■ What you have to do
From the entries below, return only the lines starting at the one that contains "v -13.298 32.651 5" and ending at the one that contains "v 7.224 22.13 0", exactly as they stand.

■ Dataset records
* * *
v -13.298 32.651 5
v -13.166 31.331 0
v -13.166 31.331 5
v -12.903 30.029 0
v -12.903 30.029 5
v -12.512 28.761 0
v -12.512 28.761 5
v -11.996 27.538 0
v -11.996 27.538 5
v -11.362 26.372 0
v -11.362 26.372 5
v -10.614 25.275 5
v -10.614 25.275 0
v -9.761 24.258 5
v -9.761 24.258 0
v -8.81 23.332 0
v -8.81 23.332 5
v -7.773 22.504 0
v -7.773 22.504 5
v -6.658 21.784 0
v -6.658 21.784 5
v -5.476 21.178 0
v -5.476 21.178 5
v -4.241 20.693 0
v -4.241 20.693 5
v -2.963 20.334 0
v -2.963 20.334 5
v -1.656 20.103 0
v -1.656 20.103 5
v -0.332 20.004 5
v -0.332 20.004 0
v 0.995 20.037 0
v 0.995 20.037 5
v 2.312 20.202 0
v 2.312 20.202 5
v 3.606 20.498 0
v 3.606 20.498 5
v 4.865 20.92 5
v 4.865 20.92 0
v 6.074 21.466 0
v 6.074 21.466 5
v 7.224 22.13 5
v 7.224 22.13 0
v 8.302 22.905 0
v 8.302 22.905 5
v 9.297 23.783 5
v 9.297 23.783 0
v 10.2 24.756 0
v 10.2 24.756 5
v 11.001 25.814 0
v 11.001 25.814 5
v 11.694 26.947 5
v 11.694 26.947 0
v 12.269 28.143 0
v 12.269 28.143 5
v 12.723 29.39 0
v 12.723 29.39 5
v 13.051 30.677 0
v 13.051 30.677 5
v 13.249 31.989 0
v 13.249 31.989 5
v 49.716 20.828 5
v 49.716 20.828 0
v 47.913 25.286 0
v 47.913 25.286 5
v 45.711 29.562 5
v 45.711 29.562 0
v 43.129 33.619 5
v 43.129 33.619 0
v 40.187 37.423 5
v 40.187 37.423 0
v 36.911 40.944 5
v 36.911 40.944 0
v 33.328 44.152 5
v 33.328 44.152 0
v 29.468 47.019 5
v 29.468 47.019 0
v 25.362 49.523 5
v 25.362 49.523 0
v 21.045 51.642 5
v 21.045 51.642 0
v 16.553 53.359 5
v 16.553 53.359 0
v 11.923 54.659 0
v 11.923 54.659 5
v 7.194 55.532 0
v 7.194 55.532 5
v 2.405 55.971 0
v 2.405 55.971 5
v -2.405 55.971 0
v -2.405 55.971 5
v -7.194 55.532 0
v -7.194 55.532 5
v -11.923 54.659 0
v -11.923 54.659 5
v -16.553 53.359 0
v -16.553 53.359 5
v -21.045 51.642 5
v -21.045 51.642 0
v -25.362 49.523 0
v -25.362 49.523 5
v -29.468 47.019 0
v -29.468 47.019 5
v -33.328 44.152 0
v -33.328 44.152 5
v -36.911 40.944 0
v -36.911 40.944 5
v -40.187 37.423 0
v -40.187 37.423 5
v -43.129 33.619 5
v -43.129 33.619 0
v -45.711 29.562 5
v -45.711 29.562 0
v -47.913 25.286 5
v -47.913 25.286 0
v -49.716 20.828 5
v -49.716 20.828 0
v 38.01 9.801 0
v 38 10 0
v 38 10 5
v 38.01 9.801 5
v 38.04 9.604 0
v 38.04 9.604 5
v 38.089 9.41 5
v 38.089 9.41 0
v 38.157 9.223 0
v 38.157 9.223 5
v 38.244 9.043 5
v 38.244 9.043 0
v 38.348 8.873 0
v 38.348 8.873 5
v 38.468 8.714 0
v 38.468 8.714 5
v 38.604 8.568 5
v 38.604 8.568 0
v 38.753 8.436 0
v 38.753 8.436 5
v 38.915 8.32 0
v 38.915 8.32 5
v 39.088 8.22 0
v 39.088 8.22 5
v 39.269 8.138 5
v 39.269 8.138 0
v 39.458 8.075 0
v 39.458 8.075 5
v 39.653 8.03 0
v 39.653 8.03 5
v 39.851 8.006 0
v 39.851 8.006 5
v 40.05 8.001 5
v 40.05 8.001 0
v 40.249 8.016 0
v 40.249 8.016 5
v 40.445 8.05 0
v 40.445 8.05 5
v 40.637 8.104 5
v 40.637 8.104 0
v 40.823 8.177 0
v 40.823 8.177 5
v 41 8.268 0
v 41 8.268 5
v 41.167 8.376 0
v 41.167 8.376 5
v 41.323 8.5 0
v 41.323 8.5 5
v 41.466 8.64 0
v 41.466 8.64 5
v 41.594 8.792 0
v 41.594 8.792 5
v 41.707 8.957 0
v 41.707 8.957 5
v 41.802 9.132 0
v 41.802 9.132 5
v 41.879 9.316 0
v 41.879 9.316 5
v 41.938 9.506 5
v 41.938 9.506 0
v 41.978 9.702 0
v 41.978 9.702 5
* * *
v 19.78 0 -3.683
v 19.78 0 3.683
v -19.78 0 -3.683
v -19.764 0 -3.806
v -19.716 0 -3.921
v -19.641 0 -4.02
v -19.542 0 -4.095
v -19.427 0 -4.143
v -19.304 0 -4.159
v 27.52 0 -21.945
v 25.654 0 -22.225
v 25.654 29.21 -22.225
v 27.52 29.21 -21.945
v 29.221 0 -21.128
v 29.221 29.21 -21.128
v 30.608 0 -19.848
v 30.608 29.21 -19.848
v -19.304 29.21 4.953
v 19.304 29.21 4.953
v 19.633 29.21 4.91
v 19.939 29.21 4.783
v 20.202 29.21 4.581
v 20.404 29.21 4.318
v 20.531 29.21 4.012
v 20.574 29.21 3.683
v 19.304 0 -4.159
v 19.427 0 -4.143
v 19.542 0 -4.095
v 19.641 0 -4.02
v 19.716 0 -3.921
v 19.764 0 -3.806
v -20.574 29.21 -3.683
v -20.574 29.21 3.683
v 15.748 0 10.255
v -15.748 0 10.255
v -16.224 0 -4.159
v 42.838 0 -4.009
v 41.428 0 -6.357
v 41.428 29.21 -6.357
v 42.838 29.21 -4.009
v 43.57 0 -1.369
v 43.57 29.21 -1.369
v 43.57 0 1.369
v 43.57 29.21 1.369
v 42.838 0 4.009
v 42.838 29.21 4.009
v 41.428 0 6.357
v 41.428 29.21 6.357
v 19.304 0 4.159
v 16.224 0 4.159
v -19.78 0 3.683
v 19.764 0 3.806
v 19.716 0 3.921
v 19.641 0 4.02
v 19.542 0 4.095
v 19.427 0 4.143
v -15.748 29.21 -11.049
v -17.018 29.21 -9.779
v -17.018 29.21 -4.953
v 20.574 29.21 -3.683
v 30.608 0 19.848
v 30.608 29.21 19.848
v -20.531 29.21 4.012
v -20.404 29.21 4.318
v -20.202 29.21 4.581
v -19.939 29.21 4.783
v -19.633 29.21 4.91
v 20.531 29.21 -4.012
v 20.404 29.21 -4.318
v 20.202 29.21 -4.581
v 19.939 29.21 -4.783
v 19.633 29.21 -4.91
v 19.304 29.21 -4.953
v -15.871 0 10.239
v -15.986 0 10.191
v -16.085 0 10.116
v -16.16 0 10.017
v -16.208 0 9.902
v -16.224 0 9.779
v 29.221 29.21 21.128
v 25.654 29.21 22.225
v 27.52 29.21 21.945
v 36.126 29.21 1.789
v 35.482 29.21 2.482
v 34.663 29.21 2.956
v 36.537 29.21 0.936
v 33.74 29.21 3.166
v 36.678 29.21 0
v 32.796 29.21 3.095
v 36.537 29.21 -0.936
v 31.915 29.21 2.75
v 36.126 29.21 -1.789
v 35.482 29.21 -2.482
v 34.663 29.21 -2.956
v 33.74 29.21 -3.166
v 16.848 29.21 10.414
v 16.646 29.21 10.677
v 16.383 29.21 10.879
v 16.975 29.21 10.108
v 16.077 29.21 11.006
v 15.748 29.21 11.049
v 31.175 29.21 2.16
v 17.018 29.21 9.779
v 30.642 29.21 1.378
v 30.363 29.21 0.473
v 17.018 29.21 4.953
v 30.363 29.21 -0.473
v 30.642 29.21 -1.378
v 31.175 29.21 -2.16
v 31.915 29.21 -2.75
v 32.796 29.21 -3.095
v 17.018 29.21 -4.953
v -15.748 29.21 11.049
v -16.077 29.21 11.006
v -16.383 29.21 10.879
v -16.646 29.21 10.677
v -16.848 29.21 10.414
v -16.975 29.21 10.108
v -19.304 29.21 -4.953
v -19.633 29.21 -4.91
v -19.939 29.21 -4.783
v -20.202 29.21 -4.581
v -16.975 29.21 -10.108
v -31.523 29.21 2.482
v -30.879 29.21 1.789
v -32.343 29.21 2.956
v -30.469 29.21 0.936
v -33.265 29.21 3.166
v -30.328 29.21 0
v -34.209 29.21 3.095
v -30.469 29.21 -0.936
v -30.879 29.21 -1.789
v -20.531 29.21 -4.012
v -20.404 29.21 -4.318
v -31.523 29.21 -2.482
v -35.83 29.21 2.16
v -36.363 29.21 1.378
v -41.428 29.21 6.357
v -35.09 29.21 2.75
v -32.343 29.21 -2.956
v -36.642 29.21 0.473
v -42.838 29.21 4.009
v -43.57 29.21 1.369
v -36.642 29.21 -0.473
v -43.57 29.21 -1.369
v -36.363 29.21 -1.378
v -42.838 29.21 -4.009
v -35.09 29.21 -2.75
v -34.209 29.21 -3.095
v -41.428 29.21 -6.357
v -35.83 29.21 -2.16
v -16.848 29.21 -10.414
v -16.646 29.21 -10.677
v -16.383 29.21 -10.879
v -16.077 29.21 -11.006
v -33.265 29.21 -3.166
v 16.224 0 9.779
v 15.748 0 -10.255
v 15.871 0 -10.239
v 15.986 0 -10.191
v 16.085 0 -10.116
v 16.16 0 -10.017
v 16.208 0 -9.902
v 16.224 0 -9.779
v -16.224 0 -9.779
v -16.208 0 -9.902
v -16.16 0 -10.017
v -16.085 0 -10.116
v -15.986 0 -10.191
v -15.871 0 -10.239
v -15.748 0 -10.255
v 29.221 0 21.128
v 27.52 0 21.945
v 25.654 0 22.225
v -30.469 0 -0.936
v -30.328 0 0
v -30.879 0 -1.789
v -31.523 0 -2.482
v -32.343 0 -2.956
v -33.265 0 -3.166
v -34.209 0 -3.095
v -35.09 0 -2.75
* * *
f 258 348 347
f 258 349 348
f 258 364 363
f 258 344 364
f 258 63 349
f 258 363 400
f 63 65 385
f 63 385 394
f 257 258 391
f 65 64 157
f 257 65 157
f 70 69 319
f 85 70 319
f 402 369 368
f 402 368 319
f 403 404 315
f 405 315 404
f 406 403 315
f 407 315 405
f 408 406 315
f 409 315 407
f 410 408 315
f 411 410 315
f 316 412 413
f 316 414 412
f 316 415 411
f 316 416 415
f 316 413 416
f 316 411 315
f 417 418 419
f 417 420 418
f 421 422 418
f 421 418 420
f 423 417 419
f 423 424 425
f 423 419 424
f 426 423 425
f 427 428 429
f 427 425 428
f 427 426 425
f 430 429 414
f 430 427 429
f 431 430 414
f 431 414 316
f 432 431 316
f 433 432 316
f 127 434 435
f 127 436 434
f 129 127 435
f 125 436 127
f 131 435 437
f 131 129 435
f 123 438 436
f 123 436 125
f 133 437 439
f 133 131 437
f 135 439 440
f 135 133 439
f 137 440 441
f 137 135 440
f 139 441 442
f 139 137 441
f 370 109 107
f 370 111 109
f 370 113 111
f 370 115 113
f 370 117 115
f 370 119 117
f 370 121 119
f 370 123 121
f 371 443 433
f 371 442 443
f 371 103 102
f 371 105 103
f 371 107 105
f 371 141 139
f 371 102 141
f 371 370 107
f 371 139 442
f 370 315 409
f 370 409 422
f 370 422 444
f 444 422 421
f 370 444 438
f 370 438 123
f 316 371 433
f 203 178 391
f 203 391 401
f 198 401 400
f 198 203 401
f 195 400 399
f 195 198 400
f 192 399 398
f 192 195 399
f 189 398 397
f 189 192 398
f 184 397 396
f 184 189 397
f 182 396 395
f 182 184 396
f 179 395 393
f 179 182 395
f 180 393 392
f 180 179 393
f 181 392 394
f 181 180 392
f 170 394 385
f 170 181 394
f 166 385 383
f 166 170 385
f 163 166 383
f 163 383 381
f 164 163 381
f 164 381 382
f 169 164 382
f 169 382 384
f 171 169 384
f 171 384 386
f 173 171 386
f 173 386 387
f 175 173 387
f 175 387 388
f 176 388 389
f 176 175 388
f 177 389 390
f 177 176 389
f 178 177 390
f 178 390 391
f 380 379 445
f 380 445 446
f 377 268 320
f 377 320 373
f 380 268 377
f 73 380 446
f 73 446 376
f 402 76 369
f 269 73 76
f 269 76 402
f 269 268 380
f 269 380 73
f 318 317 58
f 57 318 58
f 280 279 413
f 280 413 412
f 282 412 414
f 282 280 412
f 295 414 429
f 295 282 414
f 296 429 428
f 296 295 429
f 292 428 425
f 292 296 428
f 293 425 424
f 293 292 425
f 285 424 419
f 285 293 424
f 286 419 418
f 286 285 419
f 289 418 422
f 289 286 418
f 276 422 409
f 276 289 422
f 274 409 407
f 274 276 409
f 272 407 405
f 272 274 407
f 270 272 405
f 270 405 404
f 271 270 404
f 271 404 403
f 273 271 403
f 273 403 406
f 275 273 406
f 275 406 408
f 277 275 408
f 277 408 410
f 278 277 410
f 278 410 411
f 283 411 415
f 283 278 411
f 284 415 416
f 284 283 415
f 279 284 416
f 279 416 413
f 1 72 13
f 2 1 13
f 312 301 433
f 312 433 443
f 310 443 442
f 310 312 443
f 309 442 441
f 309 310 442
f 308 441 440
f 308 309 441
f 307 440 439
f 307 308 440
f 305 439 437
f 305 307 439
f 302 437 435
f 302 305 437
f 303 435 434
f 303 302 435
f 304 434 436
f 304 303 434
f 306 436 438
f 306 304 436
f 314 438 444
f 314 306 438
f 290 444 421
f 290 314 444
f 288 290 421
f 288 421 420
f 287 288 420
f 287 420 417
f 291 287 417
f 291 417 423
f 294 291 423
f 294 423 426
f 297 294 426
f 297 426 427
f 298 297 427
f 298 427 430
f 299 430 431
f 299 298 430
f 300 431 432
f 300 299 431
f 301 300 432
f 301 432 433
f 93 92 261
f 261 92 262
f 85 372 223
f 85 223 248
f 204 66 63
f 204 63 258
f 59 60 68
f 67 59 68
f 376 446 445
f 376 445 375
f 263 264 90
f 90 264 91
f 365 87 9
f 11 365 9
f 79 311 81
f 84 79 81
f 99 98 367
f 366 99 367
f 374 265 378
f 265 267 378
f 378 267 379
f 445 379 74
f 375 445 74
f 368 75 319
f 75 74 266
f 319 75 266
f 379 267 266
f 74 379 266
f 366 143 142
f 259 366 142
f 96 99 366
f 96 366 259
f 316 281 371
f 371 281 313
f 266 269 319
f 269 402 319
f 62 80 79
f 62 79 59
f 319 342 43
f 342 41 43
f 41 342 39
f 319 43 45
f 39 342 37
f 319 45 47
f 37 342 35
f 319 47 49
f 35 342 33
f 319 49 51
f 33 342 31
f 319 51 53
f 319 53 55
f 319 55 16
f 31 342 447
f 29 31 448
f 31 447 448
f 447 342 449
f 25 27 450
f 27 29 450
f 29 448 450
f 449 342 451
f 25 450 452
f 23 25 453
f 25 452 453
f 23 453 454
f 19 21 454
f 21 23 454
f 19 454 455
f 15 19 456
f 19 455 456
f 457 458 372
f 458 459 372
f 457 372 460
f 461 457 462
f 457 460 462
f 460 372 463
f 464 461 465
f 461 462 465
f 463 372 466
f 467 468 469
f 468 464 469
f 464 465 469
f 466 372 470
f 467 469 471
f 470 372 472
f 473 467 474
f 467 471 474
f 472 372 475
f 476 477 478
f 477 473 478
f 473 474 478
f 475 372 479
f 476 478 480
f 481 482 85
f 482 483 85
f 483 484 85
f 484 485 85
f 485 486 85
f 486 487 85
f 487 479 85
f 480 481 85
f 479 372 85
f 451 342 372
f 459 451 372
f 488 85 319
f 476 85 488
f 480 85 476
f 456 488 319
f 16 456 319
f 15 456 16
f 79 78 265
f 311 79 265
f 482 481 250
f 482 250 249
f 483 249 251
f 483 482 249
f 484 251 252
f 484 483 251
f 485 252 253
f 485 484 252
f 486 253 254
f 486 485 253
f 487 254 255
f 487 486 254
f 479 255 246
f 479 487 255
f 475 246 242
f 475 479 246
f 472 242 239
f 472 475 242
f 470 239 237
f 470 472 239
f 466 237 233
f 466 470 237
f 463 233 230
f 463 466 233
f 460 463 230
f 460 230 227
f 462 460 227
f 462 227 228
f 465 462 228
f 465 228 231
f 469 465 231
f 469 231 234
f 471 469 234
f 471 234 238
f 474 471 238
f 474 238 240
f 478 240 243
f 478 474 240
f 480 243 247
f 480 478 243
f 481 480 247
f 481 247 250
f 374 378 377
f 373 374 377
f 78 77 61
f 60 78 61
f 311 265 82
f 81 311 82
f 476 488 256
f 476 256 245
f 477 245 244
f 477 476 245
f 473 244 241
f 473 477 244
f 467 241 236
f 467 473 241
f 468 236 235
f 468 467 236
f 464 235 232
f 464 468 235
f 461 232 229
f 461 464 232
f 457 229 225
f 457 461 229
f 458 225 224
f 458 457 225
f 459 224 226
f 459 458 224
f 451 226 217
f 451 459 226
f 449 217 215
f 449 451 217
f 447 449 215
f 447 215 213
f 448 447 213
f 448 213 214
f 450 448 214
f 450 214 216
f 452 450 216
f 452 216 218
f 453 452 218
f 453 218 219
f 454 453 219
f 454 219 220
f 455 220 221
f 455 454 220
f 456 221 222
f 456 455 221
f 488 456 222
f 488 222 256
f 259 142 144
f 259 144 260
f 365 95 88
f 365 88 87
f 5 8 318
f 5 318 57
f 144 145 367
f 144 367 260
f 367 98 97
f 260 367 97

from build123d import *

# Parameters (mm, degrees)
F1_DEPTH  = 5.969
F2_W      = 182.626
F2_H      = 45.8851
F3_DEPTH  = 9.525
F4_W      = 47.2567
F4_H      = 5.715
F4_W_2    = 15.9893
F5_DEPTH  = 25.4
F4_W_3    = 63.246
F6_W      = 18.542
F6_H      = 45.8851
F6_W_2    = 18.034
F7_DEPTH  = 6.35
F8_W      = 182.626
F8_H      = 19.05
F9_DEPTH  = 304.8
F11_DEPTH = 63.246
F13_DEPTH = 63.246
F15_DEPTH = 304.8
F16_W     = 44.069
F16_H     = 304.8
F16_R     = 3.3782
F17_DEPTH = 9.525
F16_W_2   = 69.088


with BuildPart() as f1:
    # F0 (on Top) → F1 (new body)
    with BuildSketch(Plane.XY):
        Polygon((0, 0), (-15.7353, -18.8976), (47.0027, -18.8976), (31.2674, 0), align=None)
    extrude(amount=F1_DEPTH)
* * *
■ Task solution
v -13.298 32.651 5
v -13.166 31.331 0
v -13.166 31.331 5
v -12.903 30.029 0
v -12.903 30.029 5
v -12.512 28.761 0
v -12.512 28.761 5
v -11.996 27.538 0
v -11.996 27.538 5
v -11.362 26.372 0
v -11.362 26.372 5
v -10.614 25.275 5
v -10.614 25.275 0
v -9.761 24.258 5
v -9.761 24.258 0
v -8.81 23.332 0
v -8.81 23.332 5
v -7.773 22.504 0
v -7.773 22.504 5
v -6.658 21.784 0
v -6.658 21.784 5
v -5.476 21.178 0
v -5.476 21.178 5
v -4.241 20.693 0
v -4.241 20.693 5
v -2.963 20.334 0
v -2.963 20.334 5
v -1.656 20.103 0
v -1.656 20.103 5
v -0.332 20.004 5
v -0.332 20.004 0
v 0.995 20.037 0
v 0.995 20.037 5
v 2.312 20.202 0
v 2.312 20.202 5
v 3.606 20.498 0
v 3.606 20.498 5
v 4.865 20.92 5
v 4.865 20.92 0
v 6.074 21.466 0
v 6.074 21.466 5
v 7.224 22.13 5
v 7.224 22.13 0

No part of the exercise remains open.